── DATA EXTRACTS ──
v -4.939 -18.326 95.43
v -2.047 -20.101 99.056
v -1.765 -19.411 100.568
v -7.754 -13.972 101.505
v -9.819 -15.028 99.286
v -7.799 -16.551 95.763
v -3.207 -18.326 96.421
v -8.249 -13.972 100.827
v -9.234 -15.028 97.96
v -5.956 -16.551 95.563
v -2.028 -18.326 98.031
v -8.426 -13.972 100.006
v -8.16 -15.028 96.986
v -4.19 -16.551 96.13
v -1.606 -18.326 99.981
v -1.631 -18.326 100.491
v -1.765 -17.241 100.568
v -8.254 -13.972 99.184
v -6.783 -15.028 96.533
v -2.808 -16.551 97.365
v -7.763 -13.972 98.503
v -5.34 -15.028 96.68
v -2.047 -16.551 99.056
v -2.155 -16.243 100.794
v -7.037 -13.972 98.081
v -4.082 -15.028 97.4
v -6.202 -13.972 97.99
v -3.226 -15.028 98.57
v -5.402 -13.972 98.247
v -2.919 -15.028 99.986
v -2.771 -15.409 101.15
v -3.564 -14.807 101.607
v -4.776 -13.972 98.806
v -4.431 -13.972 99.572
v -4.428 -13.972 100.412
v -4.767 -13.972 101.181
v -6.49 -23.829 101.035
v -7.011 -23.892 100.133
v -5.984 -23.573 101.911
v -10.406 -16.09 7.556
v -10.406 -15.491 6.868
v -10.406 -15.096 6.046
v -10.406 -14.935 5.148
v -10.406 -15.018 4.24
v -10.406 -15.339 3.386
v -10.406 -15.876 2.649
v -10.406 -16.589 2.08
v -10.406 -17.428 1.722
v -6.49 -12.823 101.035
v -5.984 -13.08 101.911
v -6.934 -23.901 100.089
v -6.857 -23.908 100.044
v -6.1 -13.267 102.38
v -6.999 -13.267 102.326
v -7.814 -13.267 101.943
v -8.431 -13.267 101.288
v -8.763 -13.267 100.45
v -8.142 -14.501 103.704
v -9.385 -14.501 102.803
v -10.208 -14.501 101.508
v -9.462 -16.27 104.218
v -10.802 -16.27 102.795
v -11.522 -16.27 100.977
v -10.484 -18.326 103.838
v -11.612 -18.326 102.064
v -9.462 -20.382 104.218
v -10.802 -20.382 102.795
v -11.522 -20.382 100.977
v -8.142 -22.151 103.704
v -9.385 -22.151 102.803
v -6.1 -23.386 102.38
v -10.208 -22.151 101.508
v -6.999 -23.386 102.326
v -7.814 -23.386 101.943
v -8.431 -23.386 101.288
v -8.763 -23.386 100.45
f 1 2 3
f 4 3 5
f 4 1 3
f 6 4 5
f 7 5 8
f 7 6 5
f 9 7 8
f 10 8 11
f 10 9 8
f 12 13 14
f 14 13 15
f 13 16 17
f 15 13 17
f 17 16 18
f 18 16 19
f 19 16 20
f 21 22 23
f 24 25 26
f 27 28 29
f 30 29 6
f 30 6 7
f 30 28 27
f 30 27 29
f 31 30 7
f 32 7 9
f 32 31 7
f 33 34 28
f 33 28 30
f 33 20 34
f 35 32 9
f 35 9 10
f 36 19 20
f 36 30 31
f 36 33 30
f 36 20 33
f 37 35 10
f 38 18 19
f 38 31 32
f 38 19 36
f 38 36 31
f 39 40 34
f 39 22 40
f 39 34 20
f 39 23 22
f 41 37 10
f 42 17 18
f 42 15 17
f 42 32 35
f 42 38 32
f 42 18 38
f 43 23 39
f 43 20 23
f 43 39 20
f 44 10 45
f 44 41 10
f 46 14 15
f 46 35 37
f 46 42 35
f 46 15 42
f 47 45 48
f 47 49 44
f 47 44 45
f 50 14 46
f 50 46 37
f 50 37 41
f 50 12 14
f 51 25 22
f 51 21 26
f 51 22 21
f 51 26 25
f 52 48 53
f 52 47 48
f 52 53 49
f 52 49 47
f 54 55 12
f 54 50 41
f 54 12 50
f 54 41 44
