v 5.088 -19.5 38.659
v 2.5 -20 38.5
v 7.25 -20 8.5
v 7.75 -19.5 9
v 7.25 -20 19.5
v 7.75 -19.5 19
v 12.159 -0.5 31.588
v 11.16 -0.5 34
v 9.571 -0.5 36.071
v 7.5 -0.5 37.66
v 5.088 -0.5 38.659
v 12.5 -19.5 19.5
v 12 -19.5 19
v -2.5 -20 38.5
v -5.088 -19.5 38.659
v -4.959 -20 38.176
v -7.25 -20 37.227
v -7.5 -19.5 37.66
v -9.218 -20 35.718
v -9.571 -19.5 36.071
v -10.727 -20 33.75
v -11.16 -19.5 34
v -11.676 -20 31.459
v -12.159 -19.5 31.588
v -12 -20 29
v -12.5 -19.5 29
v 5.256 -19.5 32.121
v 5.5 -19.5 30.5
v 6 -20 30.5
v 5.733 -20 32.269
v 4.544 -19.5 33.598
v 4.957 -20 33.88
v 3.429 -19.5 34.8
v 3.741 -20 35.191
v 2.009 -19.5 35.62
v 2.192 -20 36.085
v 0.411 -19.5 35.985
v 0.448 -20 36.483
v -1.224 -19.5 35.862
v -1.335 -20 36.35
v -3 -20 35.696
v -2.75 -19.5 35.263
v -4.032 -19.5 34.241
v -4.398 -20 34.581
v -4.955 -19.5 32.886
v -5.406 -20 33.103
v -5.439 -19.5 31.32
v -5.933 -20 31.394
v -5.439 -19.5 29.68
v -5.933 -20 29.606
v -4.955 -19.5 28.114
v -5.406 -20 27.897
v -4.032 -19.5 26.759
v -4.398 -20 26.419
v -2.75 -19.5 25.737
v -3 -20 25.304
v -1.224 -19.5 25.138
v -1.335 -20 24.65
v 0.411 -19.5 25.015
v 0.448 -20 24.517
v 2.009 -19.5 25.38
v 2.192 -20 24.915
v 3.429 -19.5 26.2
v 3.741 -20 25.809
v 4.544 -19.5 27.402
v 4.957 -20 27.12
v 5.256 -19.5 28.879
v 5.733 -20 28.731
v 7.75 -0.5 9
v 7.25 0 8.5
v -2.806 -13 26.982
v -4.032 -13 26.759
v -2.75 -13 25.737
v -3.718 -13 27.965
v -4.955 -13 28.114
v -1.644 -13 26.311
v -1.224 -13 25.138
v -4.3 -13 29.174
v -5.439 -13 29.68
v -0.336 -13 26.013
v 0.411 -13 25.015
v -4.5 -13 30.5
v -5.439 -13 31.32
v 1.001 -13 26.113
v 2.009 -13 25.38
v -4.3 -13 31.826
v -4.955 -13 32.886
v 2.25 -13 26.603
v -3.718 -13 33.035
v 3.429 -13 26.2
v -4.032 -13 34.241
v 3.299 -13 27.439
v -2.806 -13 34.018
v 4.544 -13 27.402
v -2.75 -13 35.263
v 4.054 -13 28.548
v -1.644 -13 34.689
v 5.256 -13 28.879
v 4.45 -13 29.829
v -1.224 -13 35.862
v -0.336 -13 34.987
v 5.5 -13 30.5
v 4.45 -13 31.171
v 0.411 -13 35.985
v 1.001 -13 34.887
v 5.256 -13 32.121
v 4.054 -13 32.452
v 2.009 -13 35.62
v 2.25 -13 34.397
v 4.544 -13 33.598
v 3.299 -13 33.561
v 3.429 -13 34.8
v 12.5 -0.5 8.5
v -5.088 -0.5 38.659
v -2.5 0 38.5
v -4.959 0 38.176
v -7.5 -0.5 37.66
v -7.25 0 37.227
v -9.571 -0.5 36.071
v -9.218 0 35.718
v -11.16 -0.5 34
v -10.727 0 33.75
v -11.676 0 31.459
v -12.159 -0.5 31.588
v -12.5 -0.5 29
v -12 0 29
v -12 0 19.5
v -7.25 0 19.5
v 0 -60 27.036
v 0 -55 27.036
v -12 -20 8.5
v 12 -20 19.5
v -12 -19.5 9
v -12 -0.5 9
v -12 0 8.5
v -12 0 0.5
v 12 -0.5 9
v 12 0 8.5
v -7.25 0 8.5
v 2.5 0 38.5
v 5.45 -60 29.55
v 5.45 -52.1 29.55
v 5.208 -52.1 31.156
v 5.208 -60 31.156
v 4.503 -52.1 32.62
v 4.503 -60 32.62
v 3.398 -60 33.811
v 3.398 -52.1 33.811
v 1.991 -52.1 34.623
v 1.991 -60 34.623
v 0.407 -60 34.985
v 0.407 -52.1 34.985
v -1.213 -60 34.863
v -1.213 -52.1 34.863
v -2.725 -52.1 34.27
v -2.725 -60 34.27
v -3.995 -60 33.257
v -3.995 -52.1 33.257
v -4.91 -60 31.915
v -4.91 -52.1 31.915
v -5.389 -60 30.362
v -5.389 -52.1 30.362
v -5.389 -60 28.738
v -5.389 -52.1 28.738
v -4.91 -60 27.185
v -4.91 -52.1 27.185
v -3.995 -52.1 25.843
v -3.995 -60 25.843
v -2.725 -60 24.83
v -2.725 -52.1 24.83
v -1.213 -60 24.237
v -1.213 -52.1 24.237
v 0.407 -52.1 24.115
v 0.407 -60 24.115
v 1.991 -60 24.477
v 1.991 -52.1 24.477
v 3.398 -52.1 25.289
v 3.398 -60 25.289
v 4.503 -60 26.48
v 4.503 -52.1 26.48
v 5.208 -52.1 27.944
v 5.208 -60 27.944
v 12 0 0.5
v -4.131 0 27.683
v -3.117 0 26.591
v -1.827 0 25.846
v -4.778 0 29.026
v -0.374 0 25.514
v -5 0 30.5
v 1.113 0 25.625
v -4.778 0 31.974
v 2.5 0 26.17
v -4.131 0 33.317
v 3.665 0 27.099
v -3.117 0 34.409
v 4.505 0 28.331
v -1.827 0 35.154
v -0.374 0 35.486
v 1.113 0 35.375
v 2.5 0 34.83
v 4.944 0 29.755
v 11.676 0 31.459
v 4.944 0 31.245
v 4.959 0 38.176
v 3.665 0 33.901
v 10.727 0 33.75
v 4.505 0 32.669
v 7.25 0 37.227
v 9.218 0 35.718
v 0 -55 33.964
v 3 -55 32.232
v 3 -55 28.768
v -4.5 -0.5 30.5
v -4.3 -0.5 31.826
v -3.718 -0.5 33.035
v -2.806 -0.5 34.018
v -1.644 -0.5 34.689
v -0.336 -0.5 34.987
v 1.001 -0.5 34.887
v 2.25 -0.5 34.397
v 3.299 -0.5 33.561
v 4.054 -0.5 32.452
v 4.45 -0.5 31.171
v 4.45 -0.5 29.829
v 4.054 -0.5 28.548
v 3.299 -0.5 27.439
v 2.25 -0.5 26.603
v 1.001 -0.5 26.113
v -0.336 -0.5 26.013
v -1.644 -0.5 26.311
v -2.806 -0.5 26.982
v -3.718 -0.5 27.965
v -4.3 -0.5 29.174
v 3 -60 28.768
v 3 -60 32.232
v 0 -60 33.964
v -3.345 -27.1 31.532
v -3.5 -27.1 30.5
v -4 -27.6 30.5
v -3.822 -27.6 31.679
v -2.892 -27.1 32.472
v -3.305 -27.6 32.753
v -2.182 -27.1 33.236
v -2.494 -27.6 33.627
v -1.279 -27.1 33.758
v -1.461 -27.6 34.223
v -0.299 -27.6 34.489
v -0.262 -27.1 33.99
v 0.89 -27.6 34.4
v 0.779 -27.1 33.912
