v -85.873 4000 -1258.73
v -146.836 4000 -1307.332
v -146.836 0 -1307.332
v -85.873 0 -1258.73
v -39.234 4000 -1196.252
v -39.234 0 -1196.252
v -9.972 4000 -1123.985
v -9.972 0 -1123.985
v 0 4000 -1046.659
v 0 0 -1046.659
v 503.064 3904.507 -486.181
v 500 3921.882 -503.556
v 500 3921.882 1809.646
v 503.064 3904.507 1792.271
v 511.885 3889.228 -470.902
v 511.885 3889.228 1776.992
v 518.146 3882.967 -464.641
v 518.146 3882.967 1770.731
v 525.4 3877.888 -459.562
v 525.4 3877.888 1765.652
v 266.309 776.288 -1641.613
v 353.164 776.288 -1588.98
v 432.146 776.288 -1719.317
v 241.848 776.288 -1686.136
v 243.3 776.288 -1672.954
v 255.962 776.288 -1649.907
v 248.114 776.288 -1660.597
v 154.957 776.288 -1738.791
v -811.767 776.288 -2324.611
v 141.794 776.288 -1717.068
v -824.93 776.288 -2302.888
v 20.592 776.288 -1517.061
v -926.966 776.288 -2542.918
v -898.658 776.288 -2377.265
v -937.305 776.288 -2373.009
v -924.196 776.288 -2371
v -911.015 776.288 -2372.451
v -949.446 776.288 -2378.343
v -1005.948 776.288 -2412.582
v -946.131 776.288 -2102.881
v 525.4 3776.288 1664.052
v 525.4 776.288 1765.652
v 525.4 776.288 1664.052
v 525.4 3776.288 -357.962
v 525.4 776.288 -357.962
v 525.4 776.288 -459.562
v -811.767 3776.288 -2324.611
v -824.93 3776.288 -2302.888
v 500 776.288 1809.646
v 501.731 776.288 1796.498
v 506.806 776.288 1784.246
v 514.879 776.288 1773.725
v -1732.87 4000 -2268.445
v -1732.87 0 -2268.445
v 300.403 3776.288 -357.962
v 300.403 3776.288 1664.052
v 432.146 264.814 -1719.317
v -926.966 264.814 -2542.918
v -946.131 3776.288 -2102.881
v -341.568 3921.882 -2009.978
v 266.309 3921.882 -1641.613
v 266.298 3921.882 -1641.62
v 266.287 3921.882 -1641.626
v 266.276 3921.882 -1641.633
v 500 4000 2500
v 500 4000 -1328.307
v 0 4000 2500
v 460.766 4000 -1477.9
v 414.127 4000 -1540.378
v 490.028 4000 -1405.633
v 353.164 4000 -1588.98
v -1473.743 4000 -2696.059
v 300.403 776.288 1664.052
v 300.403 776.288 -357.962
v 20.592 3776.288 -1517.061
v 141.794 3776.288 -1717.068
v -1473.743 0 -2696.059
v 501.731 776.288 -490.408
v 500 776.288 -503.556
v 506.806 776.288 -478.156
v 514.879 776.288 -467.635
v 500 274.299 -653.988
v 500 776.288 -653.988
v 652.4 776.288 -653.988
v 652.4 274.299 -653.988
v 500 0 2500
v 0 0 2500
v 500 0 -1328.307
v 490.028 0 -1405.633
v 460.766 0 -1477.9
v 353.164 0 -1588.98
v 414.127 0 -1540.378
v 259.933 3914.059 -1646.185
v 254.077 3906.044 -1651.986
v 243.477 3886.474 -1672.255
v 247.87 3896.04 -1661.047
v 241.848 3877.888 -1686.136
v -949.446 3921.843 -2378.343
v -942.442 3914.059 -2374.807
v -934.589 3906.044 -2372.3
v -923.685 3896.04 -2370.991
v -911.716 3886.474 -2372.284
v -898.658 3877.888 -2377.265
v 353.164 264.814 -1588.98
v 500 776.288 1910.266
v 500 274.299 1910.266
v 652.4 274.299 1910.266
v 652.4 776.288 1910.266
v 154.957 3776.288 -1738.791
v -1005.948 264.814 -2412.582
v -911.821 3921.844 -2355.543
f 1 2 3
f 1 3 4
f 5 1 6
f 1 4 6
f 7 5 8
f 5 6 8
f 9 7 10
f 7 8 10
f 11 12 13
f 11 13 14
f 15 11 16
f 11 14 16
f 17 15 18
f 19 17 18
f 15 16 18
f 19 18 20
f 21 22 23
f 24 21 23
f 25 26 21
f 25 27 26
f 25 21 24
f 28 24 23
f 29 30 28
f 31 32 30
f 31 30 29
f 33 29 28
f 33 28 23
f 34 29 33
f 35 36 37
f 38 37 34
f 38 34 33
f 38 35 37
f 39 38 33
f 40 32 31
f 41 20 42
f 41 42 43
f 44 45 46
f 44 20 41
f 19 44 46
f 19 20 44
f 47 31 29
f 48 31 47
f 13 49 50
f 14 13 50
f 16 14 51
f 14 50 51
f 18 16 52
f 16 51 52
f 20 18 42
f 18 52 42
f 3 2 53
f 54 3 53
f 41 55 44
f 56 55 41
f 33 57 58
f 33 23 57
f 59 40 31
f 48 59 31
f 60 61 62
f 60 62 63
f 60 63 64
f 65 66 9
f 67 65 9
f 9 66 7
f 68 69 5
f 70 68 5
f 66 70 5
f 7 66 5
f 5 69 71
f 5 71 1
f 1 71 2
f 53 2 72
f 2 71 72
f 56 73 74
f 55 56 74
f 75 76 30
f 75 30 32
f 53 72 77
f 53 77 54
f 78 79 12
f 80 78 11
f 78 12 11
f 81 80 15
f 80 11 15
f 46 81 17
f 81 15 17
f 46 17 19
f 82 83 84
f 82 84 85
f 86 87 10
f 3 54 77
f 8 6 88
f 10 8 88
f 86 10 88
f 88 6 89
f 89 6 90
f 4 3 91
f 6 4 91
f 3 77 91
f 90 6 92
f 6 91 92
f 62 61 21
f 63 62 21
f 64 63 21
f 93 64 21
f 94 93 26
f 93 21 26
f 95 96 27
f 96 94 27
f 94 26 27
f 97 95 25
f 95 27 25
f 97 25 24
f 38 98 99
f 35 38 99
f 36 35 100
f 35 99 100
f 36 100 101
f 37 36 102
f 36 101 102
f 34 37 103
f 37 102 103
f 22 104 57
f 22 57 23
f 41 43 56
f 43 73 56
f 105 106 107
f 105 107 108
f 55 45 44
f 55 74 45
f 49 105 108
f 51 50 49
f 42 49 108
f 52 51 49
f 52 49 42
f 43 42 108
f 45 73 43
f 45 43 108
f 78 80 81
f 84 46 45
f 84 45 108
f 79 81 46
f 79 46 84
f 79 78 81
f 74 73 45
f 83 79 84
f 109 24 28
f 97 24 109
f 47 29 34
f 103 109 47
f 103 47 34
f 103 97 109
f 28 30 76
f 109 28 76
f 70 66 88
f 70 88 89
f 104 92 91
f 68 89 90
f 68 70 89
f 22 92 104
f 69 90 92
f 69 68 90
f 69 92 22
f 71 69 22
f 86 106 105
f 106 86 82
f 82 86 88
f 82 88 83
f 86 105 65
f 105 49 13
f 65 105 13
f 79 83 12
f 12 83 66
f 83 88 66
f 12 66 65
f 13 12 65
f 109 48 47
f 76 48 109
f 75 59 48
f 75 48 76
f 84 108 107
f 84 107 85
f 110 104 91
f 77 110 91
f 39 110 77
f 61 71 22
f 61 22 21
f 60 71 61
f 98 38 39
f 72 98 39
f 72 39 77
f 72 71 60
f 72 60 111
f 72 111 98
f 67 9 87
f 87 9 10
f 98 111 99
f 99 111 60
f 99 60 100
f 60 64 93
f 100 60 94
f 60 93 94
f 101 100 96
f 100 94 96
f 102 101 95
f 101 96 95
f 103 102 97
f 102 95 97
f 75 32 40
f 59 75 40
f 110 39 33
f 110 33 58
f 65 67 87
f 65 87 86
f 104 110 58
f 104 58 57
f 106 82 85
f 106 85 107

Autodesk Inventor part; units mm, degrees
ref_plane "YZ Plane" through (0, 0, 0) normal (1, 0, 0) x (0, 1, 0)
ref_plane "XZ Plane" through (0, 0, 0) normal (0, 1, 0) x (-1, 0, 0)
sketch "Sketch1" plane through (0, 0, 0) normal (0, 0, 1) x (1, 0, 0)
  line L0 (0, 0) -> (500, 0)
  line L1 (500, 0) -> (500, 4000)
  line L2 (500, 4000) -> (0, 4000)
  line L3 (0, 4000) -> (0, 0)
  point P0 (250, 0)
  dimension "d0" = 500
  dimension "d1" = 4000
extrude "Extrusion1" add sketch "Sketch1" along normal mid plane 3000
sketch "Sketch2" plane through (0, 4000, 1500) normal (0, 1, 0) x (1, 0, 0)
  line L0 (0, 3000) -> (0, 0)
  line L1 (500, 0) -> (0, 0)
  line L2 (500, 3000) -> (500, 0)
  line L3 (0, 3000) -> (500, 3000)
  line L4 (500, 3000) -> (-1473.742944, 4196.058603)
  line L5 (0, 2718.352049) -> (-1732.870154, 3768.445356)
  line L6 (-1473.742944, 4196.058603) -> (-1732.870154, 3768.445356)
  point P0 (0, 1500)
  dimension "d18" = 500
extrude "Extrusion4" add sketch "Sketch2" against normal up to surface (4000 mm away) contours L0 L5 L6 L4 L3
fillet "Fillet2" radius 304.8 2 edges at (500, 2000, -1500) (0, 2000, -1218.352)
fillet "Fillet3" [suppressed]
fillet "Fillet4" [suppressed]
sketch "Sketch4" plane through (0, 0, 1500) normal (0, 0, 1) x (1, 0, 0)
  line L0 (0, 4000) -> (0, 0) projected
  line L1 (0, 0) -> (500, 0) projected
  line L2 (500, 0) -> (500, 4000) projected
  line L3 (500, 4000) -> (0, 4000) projected
extrude "Extrusion5" add sketch "Sketch4" along normal blind 1000
ref_plane "Work Plane3" through (0, 776.2875, 2500) normal (0, -1, 0) x (1, 0, 0)
sketch "Sketch5" plane through (0, 776.2875, 2500) normal (0, 1, 0) x (1, 0, 0)
  arc A0 (500, 3828.307409) -> (353.163947, 4088.980444) centre (195.2, 3828.307409) ccw
  line L0 (500, 0) -> (500, 3828.307409)
  line L1 (0, 0) -> (500, 0)
  line L2 (0, 3546.659458) -> (0, 0)
  arc A1 (0, 3546.659458) -> (-146.836053, 3807.332493) centre (-304.8, 3546.659458) ccw
  line L3 (-1732.870154, 4768.445356) -> (-146.836053, 3807.332493)
  line L4 (-1473.742944, 5196.058603) -> (-1732.870154, 4768.445356)
  line L5 (353.163947, 4088.980444) -> (-1473.742944, 5196.058603)
  line L6 (500, 835.948332) -> (300.402706, 835.948332)
  line L7 (300.402706, 835.948332) -> (300.402706, 2857.961935)
  line L8 (300.402706, 2857.961935) -> (500, 2857.961935)
  line L9 (141.793524, 4217.067748) -> (20.592459, 4017.061037)
  line L10 (20.592459, 4017.061037) -> (-946.13138, 4602.881175)
  line L11 (-946.13138, 4602.881175) -> (-824.930314, 4802.887887)
  point P0 (0, 2500)
extrude "Extrusion6" cut sketch "Sketch5" along normal blind 3000 contours L0 L6 L7 L8 | L9 L10 L11 L5
sketch "Sketch6" plane through (500, 0, -1328.307409) normal (1, 0, 0) x (0, 0, -1)
  line L0 (-970.345474, 776.2875) -> (-2992.359077, 776.2875)
  line L1 (-970.345474, 776.2875) -> (-970.345474, 3776.2875)
  line L2 (-970.345474, 3776.2875) -> (-2992.359077, 3776.2875)
  line L3 (-2992.359077, 776.2875) -> (-2992.359077, 3776.2875)
  line L4 (-3093.959077, 3877.8875) -> (-868.745474, 3877.8875)
  line L5 (-868.745474, 3877.8875) -> (-868.745474, 674.6875)
  line L6 (-868.745474, 674.6875) -> (-3093.959077, 674.6875)
  line L7 (-3093.959077, 674.6875) -> (-3093.959077, 3877.8875)
  point P0 (-1328.307409, 0)
  dimension "d29" = 101.6
extrude "Extrusion7" add sketch "Sketch6" along normal blind 25.4
sketch "Sketch7" plane through (-1473.742944, 0, -2696.058603) normal (0.5182544, 0, -0.8552265) x (-0.8552265, 0, -0.5182544)
  line L0 (-758.644212, 776.2875) -> (-1889.015927, 776.2875)
  line L1 (-758.644212, 776.2875) -> (-758.644212, 3776.2875)
  line L2 (-758.644212, 3776.2875) -> (-1889.015927, 3776.2875)
  line L3 (-1889.015927, 776.2875) -> (-1889.015927, 3776.2875)
  line L4 (-1990.615927, 3877.8875) -> (-657.044212, 3877.8875)
  line L5 (-657.044212, 3877.8875) -> (-657.044212, 674.6875)
  line L6 (-657.044212, 674.6875) -> (-1990.615927, 674.6875)
  line L7 (-1990.615927, 674.6875) -> (-1990.615927, 3877.8875)
  point P0 (-2657.628299, 0)
  dimension "d32" = 101.6
extrude "Extrusion8" add sketch "Sketch7" along normal blind 25.4
fillet "Fillet5" radius 50.8 8 edges at (500, 674.6875, 653.0449) (500, 2276.2875, -459.5619) (500, 3877.8875, 653.0449) (500, 2276.2875, 1765.6517) (-911.8213, 2276.2875, -2355.5425) (-341.5684, 674.6875, -2009.9778) (228.6845, 2276.2875, -1664.4131) (-341.5684, 3877.8875, -2009.9778)
sketch "Sketch8" plane through (500, 0, -1328.307409) normal (1, 0, 0) x (0, 0, -1)
  line L0 (-3093.959077, 674.6875) -> (-868.745474, 674.6875)
  line L1 (-868.745474, 674.6875) -> (-868.745474, 3877.8875)
  line L2 (-868.745474, 3877.8875) -> (-3093.959077, 3877.8875)
  line L3 (-3093.959077, 3877.8875) -> (-3093.959077, 674.6875)
  line L4 (-970.345474, 3776.2875) -> (-970.345474, 776.2875)
  line L5 (-970.345474, 776.2875) -> (-2992.359077, 776.2875)
  line L6 (-2992.359077, 776.2875) -> (-2992.359077, 3776.2875)
  line L7 (-2992.359077, 3776.2875) -> (-970.345474, 3776.2875)
  line L8 (-3238.573166, 776.2875) -> (-674.319307, 776.2875)
  line L9 (-674.319307, 776.2875) -> (-674.319307, 274.299032)
  line L10 (-674.319307, 274.299032) -> (-3238.573166, 274.299032)
  line L11 (-3238.573166, 274.299032) -> (-3238.573166, 776.2875)
  point P0 (-1328.307409, 0)
  point P1 (-3093.959077, 776.2875)
  point P2 (-868.745474, 776.2875)
  point P3 (-970.345474, 776.2875)
  point P4 (-2992.359077, 776.2875)
extrude "Extrusion9" add sketch "Sketch8" along normal blind 152.4 contours L3 L8 L5 L1 L0 | L0 L1 L8 L9 L10 L11 L3
sketch "Sketch9" plane through (-1473.742944, 0, -2696.058603) normal (0.5182544, 0, -0.8552265) x (-0.8552265, 0, -0.5182544)
  line L0 (-2136.167325, 0) -> (-2136.167325, 4000)
  line L1 (-2136.167325, 0) -> (0, 0)
  line L2 (0, 4000) -> (0, 0)
  line L3 (-2136.167325, 4000) -> (0, 4000)
  line L4 (-2034.610018, 3921.881591) -> (-2034.610018, 630.693409)
  line L5 (-613.050122, 3921.881591) -> (-2034.610018, 3921.881591)
  line L6 (-613.050122, 630.693409) -> (-613.050122, 3921.881591)
  line L7 (-2034.610018, 630.693409) -> (-613.050122, 630.693409)
  line L8 (-2876.645839, 776.2875) -> (-4205.581737, 776.2875)
  line L9 (-4205.581737, 776.2875) -> (-4205.581737, 274.299032)
  line L10 (-4205.581737, 274.299032) -> (-2876.645839, 274.299032)
  line L11 (-2876.645839, 274.299032) -> (-2876.645839, 776.2875)
  line L12 (-2136.167325, 776.2875) -> (-546.983817, 776.2875)
  line L13 (-546.983817, 776.2875) -> (-546.983817, 264.813662)
  line L14 (-546.983817, 264.813662) -> (-2136.167325, 264.813662)
  line L15 (-2136.167325, 264.813662) -> (-2136.167325, 776.2875)
  point P0 (-2657.628299, 0)
  point P1 (-2136.167325, 264.813662)
extrude "Extrusion10" add sketch "Sketch9" along normal blind 152.4 contours L0 L12 L4 L7 L6 L13 L14 | L12 L6 L7 L4
properties part number "wall"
───
What is needed is a verbatim copy of every line in the records above from the one containing "v 7.25 0 8.5" down to the one containing "v 4.544 -13 27.402", both included, and nothing more.

• [EXERCISE OUTPUT]:
v 7.25 0 8.5
v -2.806 -13 26.982
v -4.032 -13 26.759
v -2.75 -13 25.737
v -3.718 -13 27.965
v -4.955 -13 28.114
v -1.644 -13 26.311
v -1.224 -13 25.138
v -4.3 -13 29.174
v -5.439 -13 29.68
v -0.336 -13 26.013
v 0.411 -13 25.015
v -4.5 -13 30.5
v -5.439 -13 31.32
v 1.001 -13 26.113
v 2.009 -13 25.38
v -4.3 -13 31.826
v -4.955 -13 32.886
v 2.25 -13 26.603
v -3.718 -13 33.035
v 3.429 -13 26.2
v -4.032 -13 34.241
v 3.299 -13 27.439
v -2.806 -13 34.018
v 4.544 -13 27.402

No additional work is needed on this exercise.